= Ezadeen incident =

2015 maritime incident

The Ezadeen incident is a maritime incident which took place in very early January 2015 in the Ionian Sea.

==Events==
In October 2014 Sierra Leone-flagged MV Ezadeen departed from Tartus, Syria towards Turkey. Then it sharply looped back south towards Cyprus. It arrived at Famagusta, in northern Cyprus in November, and departed from there on 19 December 2014, then sailed north once again towards the Turkey coast before zig-zagging in an area of open water between Turkey and Cyprus. Then it went westwards to the north of Crete, then changed direction and headed northwards along the coast of Greece before ending up drifting across towards Italy. There were 360 people on board, all of them Syrian refugees.
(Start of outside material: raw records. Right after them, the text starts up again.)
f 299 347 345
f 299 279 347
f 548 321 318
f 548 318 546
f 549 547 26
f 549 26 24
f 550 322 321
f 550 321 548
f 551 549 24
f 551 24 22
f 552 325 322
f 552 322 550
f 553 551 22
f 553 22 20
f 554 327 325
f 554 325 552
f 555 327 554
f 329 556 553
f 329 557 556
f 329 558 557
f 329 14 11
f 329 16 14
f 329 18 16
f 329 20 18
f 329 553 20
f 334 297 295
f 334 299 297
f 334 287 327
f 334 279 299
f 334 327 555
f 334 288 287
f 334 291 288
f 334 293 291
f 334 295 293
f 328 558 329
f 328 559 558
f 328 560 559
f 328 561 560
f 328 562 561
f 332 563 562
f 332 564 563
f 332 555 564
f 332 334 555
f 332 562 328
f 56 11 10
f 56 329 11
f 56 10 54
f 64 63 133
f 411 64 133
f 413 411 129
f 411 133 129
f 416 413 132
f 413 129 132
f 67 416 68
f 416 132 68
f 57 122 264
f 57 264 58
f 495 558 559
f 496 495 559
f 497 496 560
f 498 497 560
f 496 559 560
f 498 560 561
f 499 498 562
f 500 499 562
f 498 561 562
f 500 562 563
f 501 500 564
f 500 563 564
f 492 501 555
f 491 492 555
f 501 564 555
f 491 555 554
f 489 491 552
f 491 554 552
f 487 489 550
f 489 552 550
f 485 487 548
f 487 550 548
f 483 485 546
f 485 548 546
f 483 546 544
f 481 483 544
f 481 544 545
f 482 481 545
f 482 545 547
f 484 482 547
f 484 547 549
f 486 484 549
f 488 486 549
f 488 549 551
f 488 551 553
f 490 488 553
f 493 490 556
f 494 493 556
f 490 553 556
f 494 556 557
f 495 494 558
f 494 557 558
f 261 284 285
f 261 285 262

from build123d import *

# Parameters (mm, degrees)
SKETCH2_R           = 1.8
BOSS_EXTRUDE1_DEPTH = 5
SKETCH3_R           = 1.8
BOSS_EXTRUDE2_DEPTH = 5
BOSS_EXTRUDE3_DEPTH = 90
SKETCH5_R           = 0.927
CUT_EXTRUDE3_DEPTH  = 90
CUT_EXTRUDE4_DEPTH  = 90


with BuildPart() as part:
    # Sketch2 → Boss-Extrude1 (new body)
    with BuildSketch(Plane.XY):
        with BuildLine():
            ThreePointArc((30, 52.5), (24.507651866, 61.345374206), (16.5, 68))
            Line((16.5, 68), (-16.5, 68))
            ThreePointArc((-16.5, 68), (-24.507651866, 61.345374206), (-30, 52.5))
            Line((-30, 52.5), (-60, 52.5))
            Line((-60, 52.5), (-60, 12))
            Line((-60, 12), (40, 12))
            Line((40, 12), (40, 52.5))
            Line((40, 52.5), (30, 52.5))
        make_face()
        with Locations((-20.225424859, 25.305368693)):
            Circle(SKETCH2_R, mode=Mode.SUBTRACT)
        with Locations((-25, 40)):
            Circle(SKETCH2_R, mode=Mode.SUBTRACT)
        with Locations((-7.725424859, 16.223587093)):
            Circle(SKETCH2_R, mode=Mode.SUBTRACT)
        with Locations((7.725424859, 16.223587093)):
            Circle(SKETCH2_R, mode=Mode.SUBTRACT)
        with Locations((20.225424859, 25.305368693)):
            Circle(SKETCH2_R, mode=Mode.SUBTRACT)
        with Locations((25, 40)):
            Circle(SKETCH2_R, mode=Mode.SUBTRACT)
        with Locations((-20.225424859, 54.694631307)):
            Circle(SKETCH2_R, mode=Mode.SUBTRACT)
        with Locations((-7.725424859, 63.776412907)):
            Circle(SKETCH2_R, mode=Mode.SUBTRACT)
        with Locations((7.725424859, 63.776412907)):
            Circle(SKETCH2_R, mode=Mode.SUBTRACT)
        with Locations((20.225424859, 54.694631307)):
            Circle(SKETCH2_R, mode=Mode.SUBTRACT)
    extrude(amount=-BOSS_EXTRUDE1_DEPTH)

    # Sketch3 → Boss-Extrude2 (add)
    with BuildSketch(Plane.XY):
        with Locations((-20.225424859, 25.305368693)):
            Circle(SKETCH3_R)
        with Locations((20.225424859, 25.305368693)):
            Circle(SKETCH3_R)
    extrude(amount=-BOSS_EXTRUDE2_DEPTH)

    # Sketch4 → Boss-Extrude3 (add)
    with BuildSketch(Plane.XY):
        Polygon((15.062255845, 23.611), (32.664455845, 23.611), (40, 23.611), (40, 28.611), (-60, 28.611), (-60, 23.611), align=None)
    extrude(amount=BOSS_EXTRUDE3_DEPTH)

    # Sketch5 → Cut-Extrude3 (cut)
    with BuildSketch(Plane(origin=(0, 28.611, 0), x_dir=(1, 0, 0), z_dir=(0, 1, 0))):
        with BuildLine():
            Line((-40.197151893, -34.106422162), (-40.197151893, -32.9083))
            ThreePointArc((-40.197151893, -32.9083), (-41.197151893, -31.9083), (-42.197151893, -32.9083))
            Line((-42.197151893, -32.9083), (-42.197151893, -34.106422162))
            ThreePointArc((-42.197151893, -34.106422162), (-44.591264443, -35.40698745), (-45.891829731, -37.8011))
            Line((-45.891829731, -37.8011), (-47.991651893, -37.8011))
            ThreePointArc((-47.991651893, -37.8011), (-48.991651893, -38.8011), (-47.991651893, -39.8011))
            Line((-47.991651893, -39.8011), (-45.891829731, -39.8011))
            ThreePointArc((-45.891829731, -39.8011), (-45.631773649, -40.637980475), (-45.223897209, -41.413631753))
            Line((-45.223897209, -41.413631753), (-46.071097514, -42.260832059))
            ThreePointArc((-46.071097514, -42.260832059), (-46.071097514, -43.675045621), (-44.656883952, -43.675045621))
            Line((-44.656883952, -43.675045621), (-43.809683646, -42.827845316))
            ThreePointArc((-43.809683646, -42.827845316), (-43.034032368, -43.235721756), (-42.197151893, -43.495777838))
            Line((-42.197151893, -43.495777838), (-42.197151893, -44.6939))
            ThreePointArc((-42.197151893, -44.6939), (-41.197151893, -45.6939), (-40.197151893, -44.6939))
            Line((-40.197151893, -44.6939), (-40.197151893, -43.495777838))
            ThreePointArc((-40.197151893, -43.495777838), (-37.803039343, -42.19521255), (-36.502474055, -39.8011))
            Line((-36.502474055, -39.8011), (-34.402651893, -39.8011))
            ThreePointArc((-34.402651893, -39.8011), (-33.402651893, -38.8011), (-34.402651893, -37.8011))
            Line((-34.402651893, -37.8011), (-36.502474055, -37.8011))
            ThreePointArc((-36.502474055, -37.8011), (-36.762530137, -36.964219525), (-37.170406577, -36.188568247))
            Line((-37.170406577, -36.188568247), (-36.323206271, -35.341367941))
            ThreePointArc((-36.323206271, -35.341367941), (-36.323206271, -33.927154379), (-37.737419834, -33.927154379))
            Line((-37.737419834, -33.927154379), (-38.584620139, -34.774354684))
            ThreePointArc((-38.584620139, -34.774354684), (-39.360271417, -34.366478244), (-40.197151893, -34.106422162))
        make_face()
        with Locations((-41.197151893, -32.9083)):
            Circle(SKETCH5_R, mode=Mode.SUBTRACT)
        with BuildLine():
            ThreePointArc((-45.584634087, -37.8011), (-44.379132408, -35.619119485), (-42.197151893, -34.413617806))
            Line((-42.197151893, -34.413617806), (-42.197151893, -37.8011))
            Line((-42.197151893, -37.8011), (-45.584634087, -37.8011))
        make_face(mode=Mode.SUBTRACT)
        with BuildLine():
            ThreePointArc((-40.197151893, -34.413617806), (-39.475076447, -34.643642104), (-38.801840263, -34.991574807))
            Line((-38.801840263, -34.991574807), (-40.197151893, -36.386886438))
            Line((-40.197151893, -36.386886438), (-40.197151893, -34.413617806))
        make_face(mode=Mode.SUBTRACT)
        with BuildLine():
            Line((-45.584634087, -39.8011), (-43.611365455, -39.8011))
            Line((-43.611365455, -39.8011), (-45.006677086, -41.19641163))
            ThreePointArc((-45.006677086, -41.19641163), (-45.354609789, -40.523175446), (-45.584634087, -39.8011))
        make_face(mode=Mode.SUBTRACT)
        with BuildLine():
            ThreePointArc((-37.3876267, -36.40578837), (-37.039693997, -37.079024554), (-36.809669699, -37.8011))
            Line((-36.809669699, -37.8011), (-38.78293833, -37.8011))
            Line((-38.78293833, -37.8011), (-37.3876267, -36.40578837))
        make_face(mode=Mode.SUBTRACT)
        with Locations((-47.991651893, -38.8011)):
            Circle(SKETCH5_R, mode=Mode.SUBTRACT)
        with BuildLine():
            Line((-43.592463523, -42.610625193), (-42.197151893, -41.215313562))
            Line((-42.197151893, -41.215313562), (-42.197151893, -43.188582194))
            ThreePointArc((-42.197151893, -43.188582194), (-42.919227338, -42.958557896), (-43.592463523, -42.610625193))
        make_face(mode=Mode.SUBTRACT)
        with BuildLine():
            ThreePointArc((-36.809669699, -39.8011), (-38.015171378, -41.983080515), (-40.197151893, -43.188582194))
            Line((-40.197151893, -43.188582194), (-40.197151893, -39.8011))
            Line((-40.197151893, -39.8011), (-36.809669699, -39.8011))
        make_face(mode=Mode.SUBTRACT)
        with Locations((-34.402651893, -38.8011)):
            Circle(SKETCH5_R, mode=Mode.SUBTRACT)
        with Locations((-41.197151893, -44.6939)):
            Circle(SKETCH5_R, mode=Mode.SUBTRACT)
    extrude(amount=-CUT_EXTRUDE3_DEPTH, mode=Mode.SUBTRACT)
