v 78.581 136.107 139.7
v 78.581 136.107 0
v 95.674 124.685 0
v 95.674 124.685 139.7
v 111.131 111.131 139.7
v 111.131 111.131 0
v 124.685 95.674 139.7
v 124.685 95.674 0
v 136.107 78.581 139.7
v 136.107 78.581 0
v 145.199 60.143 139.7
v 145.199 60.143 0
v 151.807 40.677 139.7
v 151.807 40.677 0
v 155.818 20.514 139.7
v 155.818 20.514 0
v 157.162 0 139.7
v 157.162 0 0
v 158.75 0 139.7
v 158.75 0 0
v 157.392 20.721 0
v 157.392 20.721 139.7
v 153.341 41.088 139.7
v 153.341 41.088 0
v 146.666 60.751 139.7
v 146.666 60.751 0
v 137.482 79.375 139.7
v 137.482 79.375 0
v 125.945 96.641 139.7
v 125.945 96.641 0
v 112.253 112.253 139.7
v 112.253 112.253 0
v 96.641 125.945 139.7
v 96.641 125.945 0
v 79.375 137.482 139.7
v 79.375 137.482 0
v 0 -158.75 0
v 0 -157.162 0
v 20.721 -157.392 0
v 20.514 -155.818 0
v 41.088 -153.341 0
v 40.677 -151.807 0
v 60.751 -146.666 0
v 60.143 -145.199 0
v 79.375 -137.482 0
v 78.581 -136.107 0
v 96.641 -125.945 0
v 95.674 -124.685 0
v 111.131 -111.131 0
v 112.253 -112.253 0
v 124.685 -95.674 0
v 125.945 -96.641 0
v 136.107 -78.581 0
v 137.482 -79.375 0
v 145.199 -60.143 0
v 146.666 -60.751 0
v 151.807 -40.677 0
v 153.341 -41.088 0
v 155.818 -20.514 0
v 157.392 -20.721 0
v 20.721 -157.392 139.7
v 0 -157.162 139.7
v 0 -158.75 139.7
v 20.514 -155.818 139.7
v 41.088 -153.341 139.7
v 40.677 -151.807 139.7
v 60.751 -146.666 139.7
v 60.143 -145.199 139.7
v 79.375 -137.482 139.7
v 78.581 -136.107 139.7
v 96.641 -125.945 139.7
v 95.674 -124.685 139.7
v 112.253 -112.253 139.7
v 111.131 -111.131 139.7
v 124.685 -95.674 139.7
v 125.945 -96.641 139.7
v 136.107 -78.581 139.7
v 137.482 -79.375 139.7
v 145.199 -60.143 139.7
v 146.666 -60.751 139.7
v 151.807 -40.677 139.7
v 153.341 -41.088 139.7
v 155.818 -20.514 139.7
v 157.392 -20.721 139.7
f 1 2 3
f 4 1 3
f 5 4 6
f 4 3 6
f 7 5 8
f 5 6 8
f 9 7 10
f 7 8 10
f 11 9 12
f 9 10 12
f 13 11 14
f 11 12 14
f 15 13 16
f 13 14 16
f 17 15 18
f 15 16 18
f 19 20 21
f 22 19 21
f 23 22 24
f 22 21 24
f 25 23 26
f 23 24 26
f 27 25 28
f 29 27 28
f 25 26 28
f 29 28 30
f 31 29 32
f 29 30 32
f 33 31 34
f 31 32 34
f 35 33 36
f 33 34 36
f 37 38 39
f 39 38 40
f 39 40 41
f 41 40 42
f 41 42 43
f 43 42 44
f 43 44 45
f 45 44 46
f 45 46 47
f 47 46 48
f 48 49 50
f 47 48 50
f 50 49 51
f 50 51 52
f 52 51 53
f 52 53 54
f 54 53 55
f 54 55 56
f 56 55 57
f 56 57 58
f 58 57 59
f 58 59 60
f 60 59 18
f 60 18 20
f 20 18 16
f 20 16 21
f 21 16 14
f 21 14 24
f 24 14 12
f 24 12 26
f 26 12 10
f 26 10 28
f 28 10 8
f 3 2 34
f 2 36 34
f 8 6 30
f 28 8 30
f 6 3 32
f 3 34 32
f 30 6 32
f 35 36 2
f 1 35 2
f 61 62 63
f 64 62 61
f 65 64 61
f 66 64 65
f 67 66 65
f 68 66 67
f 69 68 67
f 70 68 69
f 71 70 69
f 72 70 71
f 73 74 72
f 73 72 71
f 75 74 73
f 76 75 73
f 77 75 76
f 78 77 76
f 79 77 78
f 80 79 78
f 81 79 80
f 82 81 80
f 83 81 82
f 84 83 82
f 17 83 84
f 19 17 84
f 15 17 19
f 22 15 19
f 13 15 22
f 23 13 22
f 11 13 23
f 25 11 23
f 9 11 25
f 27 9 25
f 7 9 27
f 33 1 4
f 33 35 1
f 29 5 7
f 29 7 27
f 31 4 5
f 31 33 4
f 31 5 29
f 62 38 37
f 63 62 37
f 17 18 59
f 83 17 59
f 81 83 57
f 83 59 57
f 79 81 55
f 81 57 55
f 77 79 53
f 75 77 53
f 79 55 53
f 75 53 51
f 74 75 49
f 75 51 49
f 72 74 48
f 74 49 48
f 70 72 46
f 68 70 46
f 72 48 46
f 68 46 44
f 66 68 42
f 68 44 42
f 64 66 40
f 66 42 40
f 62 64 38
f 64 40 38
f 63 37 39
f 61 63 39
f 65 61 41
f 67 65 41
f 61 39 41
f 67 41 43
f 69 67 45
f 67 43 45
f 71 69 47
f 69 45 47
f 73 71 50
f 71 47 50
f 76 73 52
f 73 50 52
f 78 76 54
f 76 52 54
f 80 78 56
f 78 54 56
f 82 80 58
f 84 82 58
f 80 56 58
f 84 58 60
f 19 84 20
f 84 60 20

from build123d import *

# Parameters (mm, degrees)
BASE_FLANGE1_DEPTH = 139.7


# Sheet-metal steps are written as plain solids
with BuildPart() as part:
    # Sketch1 → Base-Flange1 (new body)
    with BuildSketch(Plane.XY):
        with BuildLine():
            ThreePointArc((78.58125, 136.106717522), (136.106717522, 78.58125), (157.1625, 0))
            ThreePointArc((157.1625, 0), (111.130669498, -111.130669498), (0, -157.1625))
            Line((0, -157.1625), (0, -158.75))
            ThreePointArc((0, -158.75), (112.253201513, -112.253201513), (158.75, 0))
            ThreePointArc((158.75, 0), (137.481532851, 79.375), (79.375, 137.481532851))
            Line((79.375, 137.481532851), (78.58125, 136.106717522))
        make_face()
    extrude(amount=BASE_FLANGE1_DEPTH)


solid = part.part
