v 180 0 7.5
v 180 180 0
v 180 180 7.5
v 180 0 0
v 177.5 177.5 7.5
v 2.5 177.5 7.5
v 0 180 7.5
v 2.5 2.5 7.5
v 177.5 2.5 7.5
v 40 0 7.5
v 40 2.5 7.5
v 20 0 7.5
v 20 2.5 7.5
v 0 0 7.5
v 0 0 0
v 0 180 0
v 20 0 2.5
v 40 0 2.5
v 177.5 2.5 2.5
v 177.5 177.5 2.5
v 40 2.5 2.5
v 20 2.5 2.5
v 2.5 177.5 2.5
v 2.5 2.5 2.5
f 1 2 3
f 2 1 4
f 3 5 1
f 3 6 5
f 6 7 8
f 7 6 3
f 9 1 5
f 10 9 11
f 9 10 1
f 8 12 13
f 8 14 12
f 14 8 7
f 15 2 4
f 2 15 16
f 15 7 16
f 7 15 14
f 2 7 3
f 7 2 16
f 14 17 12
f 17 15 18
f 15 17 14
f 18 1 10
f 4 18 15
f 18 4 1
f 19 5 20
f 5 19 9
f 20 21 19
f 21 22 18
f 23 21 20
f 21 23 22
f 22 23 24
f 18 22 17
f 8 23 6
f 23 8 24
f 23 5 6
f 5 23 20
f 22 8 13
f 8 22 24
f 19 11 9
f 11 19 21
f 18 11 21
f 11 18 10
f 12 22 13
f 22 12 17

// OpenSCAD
$fn=128;

// housing dimensions
x = 180;
y = 180;
z = 2.5;
rise = 5;
wall = 2.5;
arduino = [20, 50, 10];

// button dimensions
r = 17;
gap = 1.5;

module button() {
    union() {
        difference() {
            cylinder(r = r, h = z);
            cylinder(r = r-gap, h = z);
            translate([-r/2, 0, 0]) cube([r, r, z]);
        }
        translate([r/2, .75*r, 0]) cube([gap, r, z]);
        translate([-r/2, .75*r, 0]) cube([gap, r, z]);
    }
}

module plate() {
    difference() {
        cube([x, y, z]);
       for ( dx = [0:3] ) {
           for (dy = [0:2]) {
            translate([dx*x/4+x/8, dy*y/3+y/8, 0]) button();
            }
           } 
        
    }
}

module housing() {
    difference() {
        cube([x, y, z + rise]);
        translate([wall, wall, z]) cube([x-2*wall, y-2*wall, rise]);
        translate([20, 0, z]) cube(arduino);
    }
}

module singleButtonPlate() {
    difference() {
        cube([2.8*r, 3.7*r, z]);
        translate([1.4*r, 1.4*r, 0]) button();        
    }
}

//button();
//plate();
housing();
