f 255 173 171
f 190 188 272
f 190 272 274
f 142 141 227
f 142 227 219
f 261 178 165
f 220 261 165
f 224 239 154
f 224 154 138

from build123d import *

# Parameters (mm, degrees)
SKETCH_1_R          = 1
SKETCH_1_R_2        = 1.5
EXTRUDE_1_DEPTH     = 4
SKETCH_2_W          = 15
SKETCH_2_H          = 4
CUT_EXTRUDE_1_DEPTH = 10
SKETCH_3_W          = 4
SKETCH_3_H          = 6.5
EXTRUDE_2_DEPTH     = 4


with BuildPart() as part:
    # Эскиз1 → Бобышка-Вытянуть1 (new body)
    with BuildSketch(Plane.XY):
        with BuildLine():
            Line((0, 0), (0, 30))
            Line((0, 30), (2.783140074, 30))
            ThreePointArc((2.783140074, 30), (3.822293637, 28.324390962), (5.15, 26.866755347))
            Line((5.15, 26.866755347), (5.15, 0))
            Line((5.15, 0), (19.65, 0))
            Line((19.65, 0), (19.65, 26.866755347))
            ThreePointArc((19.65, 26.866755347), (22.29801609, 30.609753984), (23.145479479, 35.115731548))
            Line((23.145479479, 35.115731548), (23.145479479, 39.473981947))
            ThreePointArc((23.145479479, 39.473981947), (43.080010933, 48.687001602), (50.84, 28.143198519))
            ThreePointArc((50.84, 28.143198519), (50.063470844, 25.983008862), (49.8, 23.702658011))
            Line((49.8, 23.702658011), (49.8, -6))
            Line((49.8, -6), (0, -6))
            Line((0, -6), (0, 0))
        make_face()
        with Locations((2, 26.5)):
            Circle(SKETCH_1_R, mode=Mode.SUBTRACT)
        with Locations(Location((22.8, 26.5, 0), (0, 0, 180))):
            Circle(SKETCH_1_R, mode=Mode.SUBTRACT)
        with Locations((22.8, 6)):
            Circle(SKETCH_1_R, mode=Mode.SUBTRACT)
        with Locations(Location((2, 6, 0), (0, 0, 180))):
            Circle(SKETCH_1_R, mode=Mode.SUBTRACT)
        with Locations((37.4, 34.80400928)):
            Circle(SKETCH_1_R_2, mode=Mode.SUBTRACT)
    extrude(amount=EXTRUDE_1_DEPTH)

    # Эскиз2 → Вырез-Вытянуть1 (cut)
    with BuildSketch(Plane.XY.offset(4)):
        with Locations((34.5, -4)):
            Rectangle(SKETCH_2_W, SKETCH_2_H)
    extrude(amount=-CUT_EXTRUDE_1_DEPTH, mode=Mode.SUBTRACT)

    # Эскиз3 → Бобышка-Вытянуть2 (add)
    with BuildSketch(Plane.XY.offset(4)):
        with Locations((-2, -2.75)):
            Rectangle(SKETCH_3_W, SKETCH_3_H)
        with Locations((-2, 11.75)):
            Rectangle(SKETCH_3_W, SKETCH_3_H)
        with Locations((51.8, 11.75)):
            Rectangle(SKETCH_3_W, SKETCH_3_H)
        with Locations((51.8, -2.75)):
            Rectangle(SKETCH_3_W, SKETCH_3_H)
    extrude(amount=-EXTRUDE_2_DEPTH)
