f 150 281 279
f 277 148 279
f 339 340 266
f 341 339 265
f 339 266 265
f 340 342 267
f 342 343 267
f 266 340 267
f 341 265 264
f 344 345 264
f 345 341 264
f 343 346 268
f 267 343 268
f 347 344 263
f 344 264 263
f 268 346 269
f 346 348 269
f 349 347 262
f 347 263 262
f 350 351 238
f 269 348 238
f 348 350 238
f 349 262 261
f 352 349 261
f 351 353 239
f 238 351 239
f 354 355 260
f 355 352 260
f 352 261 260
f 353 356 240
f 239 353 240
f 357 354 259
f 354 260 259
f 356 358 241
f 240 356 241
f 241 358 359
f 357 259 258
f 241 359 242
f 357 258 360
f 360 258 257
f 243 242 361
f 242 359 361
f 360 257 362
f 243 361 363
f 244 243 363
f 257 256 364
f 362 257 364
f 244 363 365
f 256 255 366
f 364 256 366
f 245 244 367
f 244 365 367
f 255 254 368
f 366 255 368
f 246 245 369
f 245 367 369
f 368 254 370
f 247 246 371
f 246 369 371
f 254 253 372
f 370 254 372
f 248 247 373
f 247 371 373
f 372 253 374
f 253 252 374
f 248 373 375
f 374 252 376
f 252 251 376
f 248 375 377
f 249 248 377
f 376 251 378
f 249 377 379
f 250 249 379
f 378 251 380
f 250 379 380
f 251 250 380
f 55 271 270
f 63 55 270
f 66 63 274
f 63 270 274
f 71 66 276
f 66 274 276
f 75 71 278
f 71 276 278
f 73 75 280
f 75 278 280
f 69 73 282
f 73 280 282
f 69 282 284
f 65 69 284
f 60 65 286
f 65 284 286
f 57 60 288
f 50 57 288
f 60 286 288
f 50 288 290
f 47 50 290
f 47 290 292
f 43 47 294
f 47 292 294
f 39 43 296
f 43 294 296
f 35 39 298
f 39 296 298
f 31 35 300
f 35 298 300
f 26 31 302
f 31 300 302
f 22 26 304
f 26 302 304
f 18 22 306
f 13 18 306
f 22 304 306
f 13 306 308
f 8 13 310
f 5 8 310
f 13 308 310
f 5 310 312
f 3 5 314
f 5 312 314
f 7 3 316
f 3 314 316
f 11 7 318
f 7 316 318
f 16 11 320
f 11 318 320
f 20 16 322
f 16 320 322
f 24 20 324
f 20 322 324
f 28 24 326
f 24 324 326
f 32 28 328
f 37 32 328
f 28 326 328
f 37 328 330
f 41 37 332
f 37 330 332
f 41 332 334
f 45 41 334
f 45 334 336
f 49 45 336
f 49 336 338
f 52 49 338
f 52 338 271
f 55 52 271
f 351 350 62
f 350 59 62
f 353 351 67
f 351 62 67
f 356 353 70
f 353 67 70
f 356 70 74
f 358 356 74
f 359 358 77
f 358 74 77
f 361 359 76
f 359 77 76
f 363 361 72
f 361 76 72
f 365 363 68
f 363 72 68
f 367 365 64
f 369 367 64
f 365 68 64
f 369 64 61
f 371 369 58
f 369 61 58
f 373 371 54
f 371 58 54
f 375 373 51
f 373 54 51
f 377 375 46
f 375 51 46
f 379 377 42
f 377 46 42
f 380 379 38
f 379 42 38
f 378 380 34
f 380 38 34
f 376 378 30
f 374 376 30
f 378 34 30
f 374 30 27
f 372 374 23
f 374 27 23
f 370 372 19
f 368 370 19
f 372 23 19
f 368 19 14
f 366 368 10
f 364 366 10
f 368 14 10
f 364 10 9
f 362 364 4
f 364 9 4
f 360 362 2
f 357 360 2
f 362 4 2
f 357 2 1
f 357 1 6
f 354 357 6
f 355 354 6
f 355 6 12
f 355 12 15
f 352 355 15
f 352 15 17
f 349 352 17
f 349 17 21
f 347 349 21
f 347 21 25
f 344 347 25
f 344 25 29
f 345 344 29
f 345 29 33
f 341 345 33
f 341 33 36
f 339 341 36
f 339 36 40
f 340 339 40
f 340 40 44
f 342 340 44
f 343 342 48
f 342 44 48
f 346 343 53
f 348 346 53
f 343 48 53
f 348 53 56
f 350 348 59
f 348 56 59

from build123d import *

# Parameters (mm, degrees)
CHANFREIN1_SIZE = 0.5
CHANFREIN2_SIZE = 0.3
One of the refugees used a radio on board to tell Italian coastguards: “We're without crew, we're heading toward the Italian coast and we have no-one to steer.” The coastguards then boarded the ship and it was towed by an Icelandic ship that is part of the EU Frontex border control mission to Italian port of Corigliano Calabro. It arrived there on 2 January 2015 and the migrants were being taken by bus to other parts of Italy.

“It’s an extraordinary way to treat people,” said Leonard Doyle, a spokesman for the International Organization for Migration. “The abandonment of ships in the high seas is a very dangerous thing to do at the best of times and takes the smuggling game to a whole new level that we’ve never seen before.”